Fushanosaurus Temporal range: Late Jurassic, ~161–156 Ma PreꞒ Ꞓ O S D C P T J K Pg N ↓

Scientific classification
- Kingdom: Animalia
- Phylum: Chordata
- Class: Reptilia
- Clade: Dinosauria
- Clade: Saurischia
- Clade: †Sauropodomorpha
- Clade: †Sauropoda
- Clade: †Eusauropoda
- Genus: †Fushanosaurus Wang et al., 2019
- Type species: †Fushanosaurus qitaiensis Wang et al., 2019

= Fushanosaurus =

Genus of titanosauriform dinosaur from the Late Jurassic period

Fushanosaurus (傅山龙 (Fùshānlóng); meaning "Fushan lizard", after the Fushan Museum where its remains are stored) is a genus of sauropod dinosaur from the Shishugou Formation from Xinjiang Province in China. The type and only species is Fushanosaurus qitaiensis (奇台傅山龙 (Qítái Fùshānlóng)). It is solely known from the holotype specimen FH000101, a complete right femur.

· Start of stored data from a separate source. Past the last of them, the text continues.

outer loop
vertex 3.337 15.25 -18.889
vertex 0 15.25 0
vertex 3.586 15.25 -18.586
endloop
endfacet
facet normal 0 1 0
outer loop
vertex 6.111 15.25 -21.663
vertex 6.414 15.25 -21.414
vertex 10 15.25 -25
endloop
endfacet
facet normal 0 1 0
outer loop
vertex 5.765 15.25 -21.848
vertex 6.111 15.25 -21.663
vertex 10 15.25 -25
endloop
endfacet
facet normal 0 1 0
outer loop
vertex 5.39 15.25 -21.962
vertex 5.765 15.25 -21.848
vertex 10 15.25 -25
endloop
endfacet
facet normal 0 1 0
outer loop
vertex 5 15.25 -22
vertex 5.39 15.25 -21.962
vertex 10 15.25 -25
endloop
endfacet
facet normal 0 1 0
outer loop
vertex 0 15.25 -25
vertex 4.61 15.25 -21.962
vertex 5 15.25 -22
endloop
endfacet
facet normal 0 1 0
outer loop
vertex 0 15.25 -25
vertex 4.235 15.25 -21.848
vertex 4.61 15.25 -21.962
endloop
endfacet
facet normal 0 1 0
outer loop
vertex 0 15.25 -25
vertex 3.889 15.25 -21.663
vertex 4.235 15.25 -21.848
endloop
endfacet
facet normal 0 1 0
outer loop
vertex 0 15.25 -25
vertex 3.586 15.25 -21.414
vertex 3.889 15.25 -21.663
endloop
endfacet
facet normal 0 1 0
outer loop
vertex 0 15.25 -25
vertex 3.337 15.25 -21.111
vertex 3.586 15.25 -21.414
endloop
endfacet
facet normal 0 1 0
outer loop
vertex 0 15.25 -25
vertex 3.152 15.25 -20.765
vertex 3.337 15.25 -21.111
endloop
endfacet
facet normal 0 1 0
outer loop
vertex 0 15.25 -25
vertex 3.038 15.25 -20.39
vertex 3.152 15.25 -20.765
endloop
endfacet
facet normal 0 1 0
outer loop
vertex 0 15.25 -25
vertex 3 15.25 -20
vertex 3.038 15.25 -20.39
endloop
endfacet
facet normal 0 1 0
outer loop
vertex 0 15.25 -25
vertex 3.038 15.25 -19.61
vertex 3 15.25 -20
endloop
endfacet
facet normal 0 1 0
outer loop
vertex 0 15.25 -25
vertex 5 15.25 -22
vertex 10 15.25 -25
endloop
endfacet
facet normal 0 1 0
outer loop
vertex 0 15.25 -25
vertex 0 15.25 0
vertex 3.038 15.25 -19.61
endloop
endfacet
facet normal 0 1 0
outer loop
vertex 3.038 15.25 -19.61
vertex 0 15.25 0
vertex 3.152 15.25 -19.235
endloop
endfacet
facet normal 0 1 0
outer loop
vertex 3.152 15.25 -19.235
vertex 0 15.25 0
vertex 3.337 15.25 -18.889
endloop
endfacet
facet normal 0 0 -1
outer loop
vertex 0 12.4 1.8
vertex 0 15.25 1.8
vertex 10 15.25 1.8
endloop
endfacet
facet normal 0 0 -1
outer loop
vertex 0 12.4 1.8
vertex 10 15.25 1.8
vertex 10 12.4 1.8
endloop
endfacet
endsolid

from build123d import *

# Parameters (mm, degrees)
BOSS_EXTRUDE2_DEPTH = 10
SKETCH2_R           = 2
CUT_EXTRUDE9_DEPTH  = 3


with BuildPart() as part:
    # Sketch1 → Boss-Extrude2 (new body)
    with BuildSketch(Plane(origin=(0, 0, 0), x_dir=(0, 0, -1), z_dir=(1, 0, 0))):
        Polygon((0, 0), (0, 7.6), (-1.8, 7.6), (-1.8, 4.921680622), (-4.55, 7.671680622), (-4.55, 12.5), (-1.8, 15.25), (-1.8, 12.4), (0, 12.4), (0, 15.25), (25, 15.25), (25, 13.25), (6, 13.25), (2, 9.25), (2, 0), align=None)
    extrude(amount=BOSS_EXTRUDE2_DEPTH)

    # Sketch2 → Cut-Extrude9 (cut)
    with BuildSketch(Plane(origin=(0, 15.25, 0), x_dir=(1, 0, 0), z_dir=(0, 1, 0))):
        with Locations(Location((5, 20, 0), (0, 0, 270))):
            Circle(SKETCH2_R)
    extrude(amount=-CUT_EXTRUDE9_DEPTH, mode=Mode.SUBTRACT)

The holotype femur of F. qitaiensis is 180 cm long. By comparison to two other giant sauropods from Asia, Ruyangosaurus and Daxiatitan, Fushanosaurus was estimated to have been approximately 30 m long, which would then make it one of the longest known dinosaurs.

Fushanosaurus was originally described as a titanosauriform, but the features initially believed to indicate titanosauriform affinities are actually more widespread among sauropods, and Fushanosaurus may be a mamenchisaurid, the only group of sauropods definitely known to be present in the Shishugou Formation.